Imaging magnetically driven astrospheres: a forward modelling approach

Abstract

An astrosphere is a vast, tailed bubble-like volume around a star, formed through the interaction between the stellar magnetic field, the stellar wind, and the interstellar medium (ISM). Detecting and characterizing astrospheres are essential for constraining stellar wind properties, understanding stellar evolution, and assessing the habitability of surrounding exoplanetary systems. Charge exchanges between ionized stellar wind particles and cold ISM hydrogen atoms populate the astrosphere with neutral hydrogen, which can leave observable signatures in the Lyman-α (Ly α) line absorption profile. Previous studies have inferred stellar mass-loss rates by measuring Ly α absorption in stellar spectra caused by astrospheric neutral hydrogen.
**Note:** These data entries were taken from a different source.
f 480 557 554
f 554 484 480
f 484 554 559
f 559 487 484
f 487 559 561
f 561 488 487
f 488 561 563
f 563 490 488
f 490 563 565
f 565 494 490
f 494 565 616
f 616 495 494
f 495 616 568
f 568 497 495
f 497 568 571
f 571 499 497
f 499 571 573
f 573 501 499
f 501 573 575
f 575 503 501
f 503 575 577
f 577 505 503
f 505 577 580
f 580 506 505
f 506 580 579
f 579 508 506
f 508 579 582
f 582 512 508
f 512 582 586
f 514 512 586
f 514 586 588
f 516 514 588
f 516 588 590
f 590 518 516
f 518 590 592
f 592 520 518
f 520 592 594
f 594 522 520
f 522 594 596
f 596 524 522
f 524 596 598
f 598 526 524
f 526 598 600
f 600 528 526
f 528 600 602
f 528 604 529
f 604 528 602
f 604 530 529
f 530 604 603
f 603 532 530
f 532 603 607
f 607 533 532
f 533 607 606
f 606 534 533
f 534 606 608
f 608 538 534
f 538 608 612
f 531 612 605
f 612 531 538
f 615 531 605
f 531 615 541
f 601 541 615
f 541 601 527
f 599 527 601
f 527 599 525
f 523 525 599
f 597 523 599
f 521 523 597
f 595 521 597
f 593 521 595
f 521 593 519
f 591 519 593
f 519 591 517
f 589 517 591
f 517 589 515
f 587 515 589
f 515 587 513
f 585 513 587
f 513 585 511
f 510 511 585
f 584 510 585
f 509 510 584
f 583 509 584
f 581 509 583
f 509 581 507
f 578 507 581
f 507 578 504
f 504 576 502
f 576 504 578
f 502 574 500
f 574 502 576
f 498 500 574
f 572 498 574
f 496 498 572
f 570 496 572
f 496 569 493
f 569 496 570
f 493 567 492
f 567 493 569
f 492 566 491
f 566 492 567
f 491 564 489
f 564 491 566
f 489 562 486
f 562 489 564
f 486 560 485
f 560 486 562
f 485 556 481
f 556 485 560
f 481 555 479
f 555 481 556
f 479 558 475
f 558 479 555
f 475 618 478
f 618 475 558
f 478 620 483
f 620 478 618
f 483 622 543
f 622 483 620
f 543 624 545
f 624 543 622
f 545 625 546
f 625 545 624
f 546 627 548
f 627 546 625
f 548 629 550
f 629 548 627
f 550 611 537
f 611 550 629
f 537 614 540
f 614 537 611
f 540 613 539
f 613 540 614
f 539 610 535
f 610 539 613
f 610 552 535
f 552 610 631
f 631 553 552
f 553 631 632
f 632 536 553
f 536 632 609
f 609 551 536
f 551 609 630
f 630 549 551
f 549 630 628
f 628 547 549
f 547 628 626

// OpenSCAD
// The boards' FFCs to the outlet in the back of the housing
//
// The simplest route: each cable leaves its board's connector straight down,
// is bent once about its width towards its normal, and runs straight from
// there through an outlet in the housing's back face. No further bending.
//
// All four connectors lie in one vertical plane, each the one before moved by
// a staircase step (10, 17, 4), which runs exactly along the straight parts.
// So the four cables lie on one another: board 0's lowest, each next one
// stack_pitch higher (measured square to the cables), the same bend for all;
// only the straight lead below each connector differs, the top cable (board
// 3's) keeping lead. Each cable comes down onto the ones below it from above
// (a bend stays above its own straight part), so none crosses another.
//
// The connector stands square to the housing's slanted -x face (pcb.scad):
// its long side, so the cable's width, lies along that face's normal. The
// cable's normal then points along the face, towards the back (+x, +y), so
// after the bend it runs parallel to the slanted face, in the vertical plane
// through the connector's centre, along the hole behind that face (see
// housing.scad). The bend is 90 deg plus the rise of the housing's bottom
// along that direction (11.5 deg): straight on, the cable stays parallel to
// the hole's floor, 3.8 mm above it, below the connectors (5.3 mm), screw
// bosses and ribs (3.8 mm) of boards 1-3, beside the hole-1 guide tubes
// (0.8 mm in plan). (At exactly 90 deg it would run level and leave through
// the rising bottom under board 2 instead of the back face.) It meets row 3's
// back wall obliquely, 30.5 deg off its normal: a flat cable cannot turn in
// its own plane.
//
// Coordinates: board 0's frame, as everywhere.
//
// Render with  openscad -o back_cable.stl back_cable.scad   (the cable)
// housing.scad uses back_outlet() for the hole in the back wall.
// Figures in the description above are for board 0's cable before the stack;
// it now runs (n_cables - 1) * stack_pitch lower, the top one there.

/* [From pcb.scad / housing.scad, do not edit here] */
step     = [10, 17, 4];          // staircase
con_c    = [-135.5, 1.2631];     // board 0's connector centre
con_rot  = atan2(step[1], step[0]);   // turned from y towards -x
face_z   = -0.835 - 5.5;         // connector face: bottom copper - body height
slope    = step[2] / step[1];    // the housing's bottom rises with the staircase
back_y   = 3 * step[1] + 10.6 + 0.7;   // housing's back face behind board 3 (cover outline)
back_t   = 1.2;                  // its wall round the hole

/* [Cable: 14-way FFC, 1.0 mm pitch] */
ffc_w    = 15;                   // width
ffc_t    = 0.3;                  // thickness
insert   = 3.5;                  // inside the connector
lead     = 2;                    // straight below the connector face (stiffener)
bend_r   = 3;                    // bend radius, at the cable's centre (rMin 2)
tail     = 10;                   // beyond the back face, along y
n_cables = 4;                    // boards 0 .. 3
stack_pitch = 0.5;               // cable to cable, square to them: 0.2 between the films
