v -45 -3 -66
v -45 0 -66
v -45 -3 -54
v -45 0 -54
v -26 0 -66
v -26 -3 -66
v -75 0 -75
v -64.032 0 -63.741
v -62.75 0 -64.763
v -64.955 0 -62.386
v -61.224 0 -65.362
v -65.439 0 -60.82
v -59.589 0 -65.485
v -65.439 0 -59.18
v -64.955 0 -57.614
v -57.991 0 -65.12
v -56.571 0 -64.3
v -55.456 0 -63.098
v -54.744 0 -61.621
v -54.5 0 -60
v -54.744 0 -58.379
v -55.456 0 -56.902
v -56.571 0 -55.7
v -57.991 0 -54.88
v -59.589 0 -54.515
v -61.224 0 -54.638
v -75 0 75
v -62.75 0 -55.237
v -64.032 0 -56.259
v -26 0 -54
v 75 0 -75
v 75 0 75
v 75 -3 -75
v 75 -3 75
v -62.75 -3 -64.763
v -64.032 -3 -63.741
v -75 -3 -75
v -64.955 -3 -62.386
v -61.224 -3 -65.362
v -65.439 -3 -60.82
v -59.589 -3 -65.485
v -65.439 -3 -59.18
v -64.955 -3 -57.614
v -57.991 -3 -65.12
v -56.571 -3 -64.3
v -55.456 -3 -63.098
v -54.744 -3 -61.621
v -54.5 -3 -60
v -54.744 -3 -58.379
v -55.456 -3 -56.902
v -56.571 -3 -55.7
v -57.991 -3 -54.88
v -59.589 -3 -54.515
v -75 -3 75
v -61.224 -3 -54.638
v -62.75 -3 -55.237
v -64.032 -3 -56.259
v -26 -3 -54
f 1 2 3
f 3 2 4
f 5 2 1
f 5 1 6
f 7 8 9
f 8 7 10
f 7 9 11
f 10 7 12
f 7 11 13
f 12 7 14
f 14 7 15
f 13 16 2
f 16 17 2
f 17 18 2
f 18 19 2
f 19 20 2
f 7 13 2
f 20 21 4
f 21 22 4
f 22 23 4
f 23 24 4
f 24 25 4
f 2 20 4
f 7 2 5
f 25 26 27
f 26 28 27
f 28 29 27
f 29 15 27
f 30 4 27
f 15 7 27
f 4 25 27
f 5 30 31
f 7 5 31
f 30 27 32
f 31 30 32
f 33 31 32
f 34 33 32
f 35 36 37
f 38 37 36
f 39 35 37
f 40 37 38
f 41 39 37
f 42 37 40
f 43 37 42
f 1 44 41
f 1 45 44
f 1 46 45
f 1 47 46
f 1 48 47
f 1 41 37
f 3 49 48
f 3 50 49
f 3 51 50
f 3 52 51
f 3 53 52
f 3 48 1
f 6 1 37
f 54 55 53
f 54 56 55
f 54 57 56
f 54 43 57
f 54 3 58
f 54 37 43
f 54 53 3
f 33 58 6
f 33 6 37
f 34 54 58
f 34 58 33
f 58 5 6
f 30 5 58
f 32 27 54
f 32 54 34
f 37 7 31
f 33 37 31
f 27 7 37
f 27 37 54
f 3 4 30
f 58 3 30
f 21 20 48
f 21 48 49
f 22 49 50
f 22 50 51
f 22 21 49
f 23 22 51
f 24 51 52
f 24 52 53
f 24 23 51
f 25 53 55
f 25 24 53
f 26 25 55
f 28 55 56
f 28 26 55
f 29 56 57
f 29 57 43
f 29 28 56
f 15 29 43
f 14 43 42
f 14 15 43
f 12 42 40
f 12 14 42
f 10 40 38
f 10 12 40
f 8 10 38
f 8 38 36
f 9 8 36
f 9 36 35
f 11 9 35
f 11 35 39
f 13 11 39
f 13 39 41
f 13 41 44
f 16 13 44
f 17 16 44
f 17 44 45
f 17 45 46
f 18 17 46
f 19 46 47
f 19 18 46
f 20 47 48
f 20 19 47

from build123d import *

# Parameters (mm, degrees)
F0_W     = 150
F0_H     = 150
F0_R     = 5.5
F0_W_2   = 19
F0_H_2   = 12
F1_DEPTH = 3


with BuildPart() as f1:
    # F0 (on Front) → F1 (new body)
    with BuildSketch(Plane.XZ):
        Rectangle(F0_W, F0_H)
        with Locations((-60, -60)):
            Circle(F0_R, mode=Mode.SUBTRACT)
        with Locations((-35.5, -60)):
            Rectangle(F0_W_2, F0_H_2, mode=Mode.SUBTRACT)
    extrude(amount=F1_DEPTH)


solid = f1.part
However, owing to observational limitations, our knowledge of the global morphology of astrospheres remains limited and largely dependent on sometimes contradictory simulation results. Here we investigate the feasibility of detecting Ly α emission generated by resonant scattering from neutral hydrogen surrounding the star, enabling the construction of a two-dimensional map of the astrosphere. With a three-dimensional magnetohydrodynamic astrosphere model, we perform forward modelling of the Ly α emission and assess the feasibility of this approach by comparing the predicted spectral intensity with the observational limits of the Hubble Space Telescope (HST). Our results indicate that Ly α emission from the hydrogen wall is largely absorbed by the ISM, whereas emission from the near-star astrosphere can remain detectable. The spatially resolved circumstellar Ly α emission could provide important constraints on the astrospheric configuration and stellar wind properties, such as the standing distance of the bow shock, the symmetry of stellar wind mass loss, and the shape of the astro-tail.

Figures (6)

• Figure 1: Illustration of the generation and propagation of the circumstellar Ly $\alpha$ emission.
• Figure 2: The stellar and astrosphere model and observing geometry. (a) The modeled distribution of neutral hydrogen number density in the astrosphere. The directions of upwind and the observer are marked by arrows. (b) The modeled Ly $\alpha$ flux density profile of the central Star. (c) An illustration of the observing geometry.
• Figure 3: Slices of the astrosphere model. (a) Distribution of neutral hydrogen number density. (b) Distribution of the neutral hydrogen temperature. (c) Distribution of the neutral hydrogen speed along the line-of-sight. (d) Distribution of the neutral hydrogen speed along the downwind direction. The 3D astrosphere model is sliced at the $X$-$Z$ plane, where $X$ is the downwind direction, and $Z$ is aligned with the star's rotational axis.
• Figure 4: Modeled Ly $\alpha$ emission from the astrosphere. (a) the distribution of peak intensity, (b) the integrated emission intensity over wavelengths. The red circle represents the bottom boundary of the heliosphere model located at $30~\mathrm{AU}$.
• Figure 5: Modeled Ly $\alpha$ emission from the astrosphere after ISM absorption. (a) Distribution of the peak Ly $\alpha$ intensity. (b) Ly $\alpha$ intensity integrated over wavelength. The red circle indicates the inner boundary of the heliosphere model at 30 AU. The white cross marks the line-of-sight through the hydrogen wall, and the blue cross marks the line-of-sight through the near-star stellar wind. (c) Original emission $E(\nu)$, ISM transmission $T(\nu)$, and resulting throughput profile $E(\nu)\cdot T(\nu)$ along the hydrogen wall line-of-sight. (d) Original emission $E(\nu)$, ISM transmission $T(\nu)$, and resulting throughput profile $E(\nu)\cdot T(\nu)$ along the near-star line-of-sight.